### TASK INPUTS
== Segment start ==
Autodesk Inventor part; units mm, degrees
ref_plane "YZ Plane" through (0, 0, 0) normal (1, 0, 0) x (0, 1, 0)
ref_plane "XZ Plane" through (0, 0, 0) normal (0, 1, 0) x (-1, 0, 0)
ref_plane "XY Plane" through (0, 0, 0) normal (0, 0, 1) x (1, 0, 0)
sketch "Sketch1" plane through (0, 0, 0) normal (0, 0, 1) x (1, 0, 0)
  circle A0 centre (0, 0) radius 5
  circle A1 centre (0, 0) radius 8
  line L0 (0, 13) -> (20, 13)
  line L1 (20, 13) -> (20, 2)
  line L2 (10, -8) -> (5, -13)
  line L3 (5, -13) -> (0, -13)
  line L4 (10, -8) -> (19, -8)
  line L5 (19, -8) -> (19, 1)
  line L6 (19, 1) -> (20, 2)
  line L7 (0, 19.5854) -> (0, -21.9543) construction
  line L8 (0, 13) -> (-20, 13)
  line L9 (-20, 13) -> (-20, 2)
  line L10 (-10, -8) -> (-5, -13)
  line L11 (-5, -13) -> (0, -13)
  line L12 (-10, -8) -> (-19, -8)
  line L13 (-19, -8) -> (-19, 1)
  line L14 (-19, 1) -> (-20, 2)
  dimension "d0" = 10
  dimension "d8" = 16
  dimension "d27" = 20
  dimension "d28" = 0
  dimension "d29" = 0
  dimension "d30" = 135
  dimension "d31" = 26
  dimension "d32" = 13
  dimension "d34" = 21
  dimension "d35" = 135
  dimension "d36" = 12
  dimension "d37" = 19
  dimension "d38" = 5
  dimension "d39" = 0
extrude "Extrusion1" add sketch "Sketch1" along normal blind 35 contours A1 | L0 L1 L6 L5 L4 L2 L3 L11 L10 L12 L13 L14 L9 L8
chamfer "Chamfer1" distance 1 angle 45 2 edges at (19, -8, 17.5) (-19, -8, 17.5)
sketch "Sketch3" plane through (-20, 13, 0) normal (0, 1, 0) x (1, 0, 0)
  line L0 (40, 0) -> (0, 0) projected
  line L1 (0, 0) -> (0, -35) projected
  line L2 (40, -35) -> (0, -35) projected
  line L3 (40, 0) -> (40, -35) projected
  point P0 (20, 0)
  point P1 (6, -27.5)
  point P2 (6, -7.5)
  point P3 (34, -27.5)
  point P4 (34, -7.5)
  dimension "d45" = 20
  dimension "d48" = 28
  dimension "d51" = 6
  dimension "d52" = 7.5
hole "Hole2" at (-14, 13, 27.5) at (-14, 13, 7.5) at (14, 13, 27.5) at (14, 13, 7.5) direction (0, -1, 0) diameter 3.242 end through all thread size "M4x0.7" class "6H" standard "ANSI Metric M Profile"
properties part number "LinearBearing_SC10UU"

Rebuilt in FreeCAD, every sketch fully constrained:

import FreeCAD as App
import Part
import Sketcher
from FreeCAD import Vector
Q = App.Units.Quantity


def edges_at(feature, points):
    """Names of the edges that pass closest to the given points."""
    edges = feature.Shape.Edges
    near = lambda p: min(range(len(edges)), key=lambda i: edges[i].distToShape(Part.Vertex(*p))[0])
    return sorted({f"Edge{near(p) + 1}" for p in points})


def add_polygon(sketch, points):
    """Adds a closed chain of lines whose ends are joined by coincident constraints."""
    first, n = sketch.GeometryCount, len(points)
    for a, b in zip(points, points[1:] + points[:1]):
        sketch.addGeometry(Part.LineSegment(App.Vector(*a, 0), App.Vector(*b, 0)), False)
    for i in range(n):
        sketch.addConstraint(Sketcher.Constraint("Coincident", first + i, 2, first + (i + 1) % n, 1))

doc = App.newDocument("Part")
body = doc.addObject("PartDesign::Body", "Body")

# Sketch on XY plane
sketch1 = body.newObject("Sketcher::SketchObject", "Sketch")
sketch1.AttachmentSupport = (doc.getObject("XY_Plane"), [""])
sketch1.MapMode = "FlatFace"
add_polygon(sketch1, [(20, 13), (-20, 13), (-20, 2), (-19, 1), (-19, -8), (-10, -8), (-5, -13), (5, -13), (10, -8), (19, -8), (19, 1), (20, 2)])  # lines 0-11
sketch1.addGeometry(Part.Circle(Vector(0, 0, 0), Vector(0, 0, 1), 5), False)  # 12
sketch1.addConstraint(Sketcher.Constraint("Horizontal", 0))
sketch1.addConstraint(Sketcher.Constraint("Vertical", 1))
sketch1.addConstraint(Sketcher.Constraint("Vertical", 3))
sketch1.addConstraint(Sketcher.Constraint("Horizontal", 4))
sketch1.addConstraint(Sketcher.Constraint("Horizontal", 6))
sketch1.addConstraint(Sketcher.Constraint("Horizontal", 8))
sketch1.addConstraint(Sketcher.Constraint("Vertical", 9))
sketch1.addConstraint(Sketcher.Constraint("Vertical", 11))
sketch1.addConstraint(Sketcher.Constraint("Coincident", 12, 3, -1, 1))
sketch1.addConstraint(Sketcher.Constraint("Symmetric", 4, 2, 7, 2, -2))
sketch1.addConstraint(Sketcher.Constraint("Symmetric", 2, 2, 9, 2, -2))
sketch1.addConstraint(Sketcher.Constraint("Symmetric", 1, 2, 10, 2, -2))
sketch1.addConstraint(Sketcher.Constraint("Parallel", 2, 5))
sketch1.addConstraint(Sketcher.Constraint("Perpendicular", 5, 7))
sketch1.addConstraint(Sketcher.Constraint("Parallel", 7, 10))
sketch1.addConstraint(Sketcher.Constraint("Equal", 8, 3))
sketch1.addConstraint(Sketcher.Constraint("Diameter", 12, Q("10 mm")))
sketch1.addConstraint(Sketcher.Constraint("DistanceX", 6, 1, 6, 2, Q("10 mm")))
sketch1.addConstraint(Sketcher.Constraint("DistanceX", 0, 2, -1, 1, Q("20 mm")))
sketch1.addConstraint(Sketcher.Constraint("DistanceY", -1, 1, 0, 2, Q("13 mm")))
sketch1.addConstraint(Sketcher.Constraint("DistanceX", 2, 2, -1, 1, Q("19 mm")))
sketch1.addConstraint(Sketcher.Constraint("DistanceX", 4, 2, -1, 1, Q("10 mm")))
sketch1.addConstraint(Sketcher.Constraint("DistanceY", 5, 2, -1, 1, Q("13 mm")))
pad1 = body.newObject("PartDesign::Pad", "Pad")
pad1.Profile = sketch1
pad1.Length = 35
doc.recompute()

chamfer = body.newObject("PartDesign::Chamfer", "Chamfer")
chamfer.Base = (pad1, edges_at(pad1, [(19, -8, 17.5), (-19, -8, 17.5)]))
chamfer.Size = 1

# Sketch on XZ plane
sketch2 = body.newObject("Sketcher::SketchObject", "Sketch001")
sketch2.AttachmentSupport = (doc.getObject("XZ_Plane"), [""])
sketch2.MapMode = "FlatFace"
sketch2.AttachmentOffset = App.Placement(Vector(0, 0, -13), App.Rotation())
sketch2.addGeometry(Part.Circle(Vector(-14, 27.5, 0), Vector(0, 0, 1), 1.6), False)
sketch2.addGeometry(Part.Circle(Vector(-14, 7.5, 0), Vector(0, 0, 1), 1.6), False)
sketch2.addGeometry(Part.Circle(Vector(14, 27.5, 0), Vector(0, 0, 1), 1.6), False)
sketch2.addGeometry(Part.Circle(Vector(14, 7.5, 0), Vector(0, 0, 1), 1.6), False)
sketch2.addConstraint(Sketcher.Constraint("Equal", 0, 1))
sketch2.addConstraint(Sketcher.Constraint("Equal", 1, 2))
sketch2.addConstraint(Sketcher.Constraint("Equal", 2, 3))
sketch2.addConstraint(Sketcher.Constraint("Symmetric", 0, 3, 2, 3, -2))
sketch2.addConstraint(Sketcher.Constraint("Symmetric", 1, 3, 3, 3, -2))
sketch2.addConstraint(Sketcher.Constraint("Vertical", 0, 3, 1, 3))
sketch2.addConstraint(Sketcher.Constraint("Diameter", 0, Q("3.242 mm")))
sketch2.addConstraint(Sketcher.Constraint("DistanceX", 0, 3, -1, 1, Q("14 mm")))
sketch2.addConstraint(Sketcher.Constraint("DistanceY", 1, 3, 0, 3, Q("20 mm")))
sketch2.addConstraint(Sketcher.Constraint("DistanceY", -1, 1, 0, 3, Q("27.5 mm")))
doc.recompute()
hole = body.newObject("PartDesign::Hole", "Hole")
hole.Profile = sketch2
hole.ThreadType = "None"
hole.Diameter = 3.242
hole.DepthType = "ThroughAll"
hole.Reversed = True

doc.recompute()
== Segment end ==
### EXERCISE BRIEF
Looking at the records above, return exactly the lines from the line with "L13 L14 L9 L8" to the line with "Rebuilt in FreeCAD, every", both ends included.

### FINISHED TASK
extrude "Extrusion1" add sketch "Sketch1" along normal blind 35 contours A1 | L0 L1 L6 L5 L4 L2 L3 L11 L10 L12 L13 L14 L9 L8
chamfer "Chamfer1" distance 1 angle 45 2 edges at (19, -8, 17.5) (-19, -8, 17.5)
sketch "Sketch3" plane through (-20, 13, 0) normal (0, 1, 0) x (1, 0, 0)
  line L0 (40, 0) -> (0, 0) projected
  line L1 (0, 0) -> (0, -35) projected
  line L2 (40, -35) -> (0, -35) projected
  line L3 (40, 0) -> (40, -35) projected
  point P0 (20, 0)
  point P1 (6, -27.5)
  point P2 (6, -7.5)
  point P3 (34, -27.5)
  point P4 (34, -7.5)
  dimension "d45" = 20
  dimension "d48" = 28
  dimension "d51" = 6
  dimension "d52" = 7.5
hole "Hole2" at (-14, 13, 27.5) at (-14, 13, 7.5) at (14, 13, 27.5) at (14, 13, 7.5) direction (0, -1, 0) diameter 3.242 end through all thread size "M4x0.7" class "6H" standard "ANSI Metric M Profile"
properties part number "LinearBearing_SC10UU"

Rebuilt in FreeCAD, every sketch fully constrained:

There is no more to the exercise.